2 . The computer-implemented method of claim 1 , wherein performing the search for the information includes:
obtaining a plurality of search results; and filtering the plurality of search results using a Large Language Model (LLM) to identify the one or more search results.
3 . The computer-implemented method of claim 2 , wherein the LLM is trained using transcripts of previous communication sessions associated with the first participant, and wherein filtering the plurality of search results using the LLM comprises:
instructing the LLM to filter the plurality of search results based on the transcripts of the previous communication sessions.

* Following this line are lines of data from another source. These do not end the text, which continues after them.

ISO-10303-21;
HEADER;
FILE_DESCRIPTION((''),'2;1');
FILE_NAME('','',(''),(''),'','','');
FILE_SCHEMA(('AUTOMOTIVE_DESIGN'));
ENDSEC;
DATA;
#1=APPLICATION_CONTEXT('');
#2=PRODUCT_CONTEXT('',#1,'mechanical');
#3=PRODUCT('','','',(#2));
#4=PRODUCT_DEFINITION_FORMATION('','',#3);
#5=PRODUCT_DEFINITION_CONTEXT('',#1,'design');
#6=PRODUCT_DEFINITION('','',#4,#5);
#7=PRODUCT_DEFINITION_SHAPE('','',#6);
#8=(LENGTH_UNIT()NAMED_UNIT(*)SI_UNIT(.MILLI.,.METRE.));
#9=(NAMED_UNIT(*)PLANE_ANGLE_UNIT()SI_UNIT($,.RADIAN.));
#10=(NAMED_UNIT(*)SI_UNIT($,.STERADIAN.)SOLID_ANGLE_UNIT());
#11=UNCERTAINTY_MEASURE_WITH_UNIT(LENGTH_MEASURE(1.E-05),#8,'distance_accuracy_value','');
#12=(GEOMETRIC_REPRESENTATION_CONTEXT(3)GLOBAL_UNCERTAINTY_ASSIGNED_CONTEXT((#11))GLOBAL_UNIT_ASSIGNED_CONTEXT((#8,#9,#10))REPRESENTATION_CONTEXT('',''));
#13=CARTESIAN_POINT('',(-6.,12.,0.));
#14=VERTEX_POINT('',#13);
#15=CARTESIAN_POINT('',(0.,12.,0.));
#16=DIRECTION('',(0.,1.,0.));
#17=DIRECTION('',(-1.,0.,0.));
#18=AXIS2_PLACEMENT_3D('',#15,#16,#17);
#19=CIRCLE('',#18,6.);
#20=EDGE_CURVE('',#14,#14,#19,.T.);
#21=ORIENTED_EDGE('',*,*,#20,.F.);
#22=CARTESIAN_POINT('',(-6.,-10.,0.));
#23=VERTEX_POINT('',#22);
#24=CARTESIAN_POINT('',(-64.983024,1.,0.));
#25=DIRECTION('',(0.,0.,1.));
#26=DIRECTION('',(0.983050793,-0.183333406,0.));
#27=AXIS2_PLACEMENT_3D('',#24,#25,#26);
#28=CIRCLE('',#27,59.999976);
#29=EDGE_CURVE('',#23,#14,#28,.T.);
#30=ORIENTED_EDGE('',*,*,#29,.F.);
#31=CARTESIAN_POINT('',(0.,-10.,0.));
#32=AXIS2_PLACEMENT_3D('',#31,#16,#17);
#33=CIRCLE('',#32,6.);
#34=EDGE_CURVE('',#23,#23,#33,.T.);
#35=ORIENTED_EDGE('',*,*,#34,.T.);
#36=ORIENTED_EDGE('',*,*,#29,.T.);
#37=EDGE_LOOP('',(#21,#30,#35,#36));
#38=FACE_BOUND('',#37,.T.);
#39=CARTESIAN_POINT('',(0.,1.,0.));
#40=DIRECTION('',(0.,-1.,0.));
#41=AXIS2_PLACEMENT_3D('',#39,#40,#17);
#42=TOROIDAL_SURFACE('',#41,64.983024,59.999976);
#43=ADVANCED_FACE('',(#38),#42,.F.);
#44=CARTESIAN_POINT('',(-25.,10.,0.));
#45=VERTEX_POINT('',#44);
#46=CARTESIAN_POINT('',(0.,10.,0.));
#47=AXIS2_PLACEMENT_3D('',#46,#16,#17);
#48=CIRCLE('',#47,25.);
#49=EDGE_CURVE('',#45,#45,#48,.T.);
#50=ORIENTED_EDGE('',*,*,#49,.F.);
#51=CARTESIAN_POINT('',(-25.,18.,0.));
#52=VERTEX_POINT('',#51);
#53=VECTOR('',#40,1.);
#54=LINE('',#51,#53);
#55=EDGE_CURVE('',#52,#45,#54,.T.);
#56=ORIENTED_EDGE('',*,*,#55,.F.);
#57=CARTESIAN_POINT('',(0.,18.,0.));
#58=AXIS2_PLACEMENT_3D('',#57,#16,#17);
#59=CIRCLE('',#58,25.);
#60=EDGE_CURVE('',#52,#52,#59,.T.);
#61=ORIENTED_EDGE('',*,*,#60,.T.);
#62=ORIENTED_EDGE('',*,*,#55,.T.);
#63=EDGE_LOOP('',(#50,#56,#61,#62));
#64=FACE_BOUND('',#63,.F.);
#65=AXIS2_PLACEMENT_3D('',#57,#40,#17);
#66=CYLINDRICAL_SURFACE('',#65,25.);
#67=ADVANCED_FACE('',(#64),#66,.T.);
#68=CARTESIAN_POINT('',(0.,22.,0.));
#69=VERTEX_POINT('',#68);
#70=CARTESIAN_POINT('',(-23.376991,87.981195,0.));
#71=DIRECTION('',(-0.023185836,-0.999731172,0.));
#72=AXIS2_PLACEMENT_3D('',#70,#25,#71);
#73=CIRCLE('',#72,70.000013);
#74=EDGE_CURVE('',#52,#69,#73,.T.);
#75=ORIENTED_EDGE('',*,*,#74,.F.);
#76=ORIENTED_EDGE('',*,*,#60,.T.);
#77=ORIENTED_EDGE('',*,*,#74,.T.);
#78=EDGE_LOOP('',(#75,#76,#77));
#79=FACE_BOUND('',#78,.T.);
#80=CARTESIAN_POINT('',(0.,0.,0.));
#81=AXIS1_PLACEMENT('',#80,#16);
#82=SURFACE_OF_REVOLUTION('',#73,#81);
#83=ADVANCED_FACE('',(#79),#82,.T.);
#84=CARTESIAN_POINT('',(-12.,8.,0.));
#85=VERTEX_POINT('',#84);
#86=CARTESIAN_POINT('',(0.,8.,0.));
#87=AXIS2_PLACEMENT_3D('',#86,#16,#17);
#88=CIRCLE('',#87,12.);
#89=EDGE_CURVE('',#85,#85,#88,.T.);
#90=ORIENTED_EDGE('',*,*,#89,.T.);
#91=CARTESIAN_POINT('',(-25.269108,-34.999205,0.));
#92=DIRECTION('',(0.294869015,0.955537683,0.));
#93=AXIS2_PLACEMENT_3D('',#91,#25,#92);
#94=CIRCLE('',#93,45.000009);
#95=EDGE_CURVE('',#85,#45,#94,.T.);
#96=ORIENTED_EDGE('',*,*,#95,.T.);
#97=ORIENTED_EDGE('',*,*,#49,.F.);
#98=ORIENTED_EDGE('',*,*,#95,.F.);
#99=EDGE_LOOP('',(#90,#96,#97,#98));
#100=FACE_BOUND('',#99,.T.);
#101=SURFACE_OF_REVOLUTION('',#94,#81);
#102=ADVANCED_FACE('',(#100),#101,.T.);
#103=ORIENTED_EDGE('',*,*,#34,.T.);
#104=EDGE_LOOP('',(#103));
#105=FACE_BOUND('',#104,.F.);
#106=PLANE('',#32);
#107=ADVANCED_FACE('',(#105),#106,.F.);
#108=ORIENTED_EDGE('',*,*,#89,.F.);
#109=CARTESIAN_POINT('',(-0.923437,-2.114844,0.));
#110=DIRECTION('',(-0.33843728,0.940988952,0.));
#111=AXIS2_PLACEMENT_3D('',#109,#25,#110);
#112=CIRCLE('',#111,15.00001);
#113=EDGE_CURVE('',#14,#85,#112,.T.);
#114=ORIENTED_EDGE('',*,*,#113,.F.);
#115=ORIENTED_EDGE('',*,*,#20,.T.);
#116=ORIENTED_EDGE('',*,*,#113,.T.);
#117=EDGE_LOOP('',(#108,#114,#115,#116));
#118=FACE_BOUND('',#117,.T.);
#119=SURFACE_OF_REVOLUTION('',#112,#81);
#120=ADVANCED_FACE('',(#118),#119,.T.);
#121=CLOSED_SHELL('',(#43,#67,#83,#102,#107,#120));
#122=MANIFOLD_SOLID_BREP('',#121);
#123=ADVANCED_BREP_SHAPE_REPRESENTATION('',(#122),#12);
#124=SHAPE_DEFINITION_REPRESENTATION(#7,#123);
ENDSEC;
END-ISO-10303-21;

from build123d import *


with BuildPart() as part:
    # Sketch → Revolution (revolve)
    with BuildSketch(Plane.XY):
        with BuildLine():
            Line((-25, 18), (-25, 10))
            ThreePointArc((-12, 8), (-18.426534, 9.477531), (-25, 10))
            ThreePointArc((-6, 12), (-9.243946, 10.365919), (-12, 8))
            ThreePointArc((-6, -10), (-4.983048, 1), (-6, 12))
            Line((-6, -10), (0, -10))
            Line((0, -10), (0, 22))
            ThreePointArc((-25, 18), (-12.317654, 18.860338), (0, 22))
        make_face()
    revolve(axis=Axis((0, 0, 0), (0, 1, 0)))


solid = part.part
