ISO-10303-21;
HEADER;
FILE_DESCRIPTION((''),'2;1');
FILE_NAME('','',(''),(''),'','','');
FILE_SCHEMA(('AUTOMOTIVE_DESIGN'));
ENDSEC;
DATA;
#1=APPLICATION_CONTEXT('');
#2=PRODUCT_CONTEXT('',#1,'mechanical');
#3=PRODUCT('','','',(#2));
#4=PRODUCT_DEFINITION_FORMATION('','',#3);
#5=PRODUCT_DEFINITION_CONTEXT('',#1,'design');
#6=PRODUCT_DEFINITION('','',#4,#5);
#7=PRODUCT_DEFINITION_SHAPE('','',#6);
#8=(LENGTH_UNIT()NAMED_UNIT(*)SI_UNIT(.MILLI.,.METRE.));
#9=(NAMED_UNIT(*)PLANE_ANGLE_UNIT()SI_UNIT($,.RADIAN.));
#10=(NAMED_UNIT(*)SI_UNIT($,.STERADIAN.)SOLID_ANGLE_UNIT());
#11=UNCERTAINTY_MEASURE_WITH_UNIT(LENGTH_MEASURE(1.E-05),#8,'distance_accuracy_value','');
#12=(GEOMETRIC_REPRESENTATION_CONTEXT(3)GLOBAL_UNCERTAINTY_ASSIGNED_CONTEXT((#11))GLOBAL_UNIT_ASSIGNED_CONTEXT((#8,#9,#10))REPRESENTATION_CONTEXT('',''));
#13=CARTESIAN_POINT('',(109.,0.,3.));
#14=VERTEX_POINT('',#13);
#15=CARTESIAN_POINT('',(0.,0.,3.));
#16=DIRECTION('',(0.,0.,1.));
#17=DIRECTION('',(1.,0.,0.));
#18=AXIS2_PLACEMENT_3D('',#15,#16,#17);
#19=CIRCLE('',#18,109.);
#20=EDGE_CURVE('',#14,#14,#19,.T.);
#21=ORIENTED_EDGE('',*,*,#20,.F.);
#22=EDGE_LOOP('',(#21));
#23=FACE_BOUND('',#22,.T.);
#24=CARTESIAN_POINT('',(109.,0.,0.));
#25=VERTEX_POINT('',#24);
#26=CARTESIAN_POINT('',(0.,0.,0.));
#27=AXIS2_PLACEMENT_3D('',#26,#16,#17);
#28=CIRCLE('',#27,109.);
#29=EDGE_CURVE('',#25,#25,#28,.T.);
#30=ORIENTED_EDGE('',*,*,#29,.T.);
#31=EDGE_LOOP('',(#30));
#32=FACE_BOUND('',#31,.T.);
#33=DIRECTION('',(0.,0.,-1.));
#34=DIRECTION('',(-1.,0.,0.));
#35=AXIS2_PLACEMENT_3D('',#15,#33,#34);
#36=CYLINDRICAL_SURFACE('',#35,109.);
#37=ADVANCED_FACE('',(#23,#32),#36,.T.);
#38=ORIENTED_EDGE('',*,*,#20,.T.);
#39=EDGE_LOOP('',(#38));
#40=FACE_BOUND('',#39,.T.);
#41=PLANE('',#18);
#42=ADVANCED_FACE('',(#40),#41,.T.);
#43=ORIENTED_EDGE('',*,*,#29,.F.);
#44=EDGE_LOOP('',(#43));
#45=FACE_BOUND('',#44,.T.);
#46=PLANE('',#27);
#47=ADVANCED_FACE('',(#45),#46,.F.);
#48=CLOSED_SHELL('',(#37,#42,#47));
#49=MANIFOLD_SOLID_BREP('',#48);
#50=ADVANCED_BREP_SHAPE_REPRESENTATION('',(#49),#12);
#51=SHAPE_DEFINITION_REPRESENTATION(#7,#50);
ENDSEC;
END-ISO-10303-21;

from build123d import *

# Parameters (mm, degrees)
ESQUISSE1_R        = 109
BOSS_EXTRU_1_DEPTH = 3


with BuildPart() as part:
    # Esquisse1 → Boss.-Extru.1 (new body)
    with BuildSketch(Plane.XY):
        Circle(ESQUISSE1_R)
    extrude(amount=BOSS_EXTRU_1_DEPTH)


solid = part.part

4 . The computer-implemented method of claim 1 , wherein determining that the uncertainty level among the plurality of participants is above the threshold level comprises:
using a first machine learning model to identify patterns and/or behaviors associated with the plurality of participants that are indicative of uncertainty; quantifying the patterns and/or behaviors to identify the uncertainty level; and comparing the uncertainty level to the threshold level.
5 . The computer-implemented method of claim 4 , wherein the patterns and/or behaviors include an increased usage of filler words, an indication of a hesitation, and/or an indication of confusion.
6 . The computer-implemented method of claim 4 , wherein using the first machine learning model to identify the patterns and/or behaviors comprises:
obtaining audio data and/or video data associated with the online videoconference; dividing the audio data and/or video data into segments; transmitting the segments to a second machine learning model to generate high dimensional representations of the audio data and/or the video data; and transmitting the high dimensional representations of the audio data and/or the video data to the first machine learning model to identify the patterns and/or behaviors.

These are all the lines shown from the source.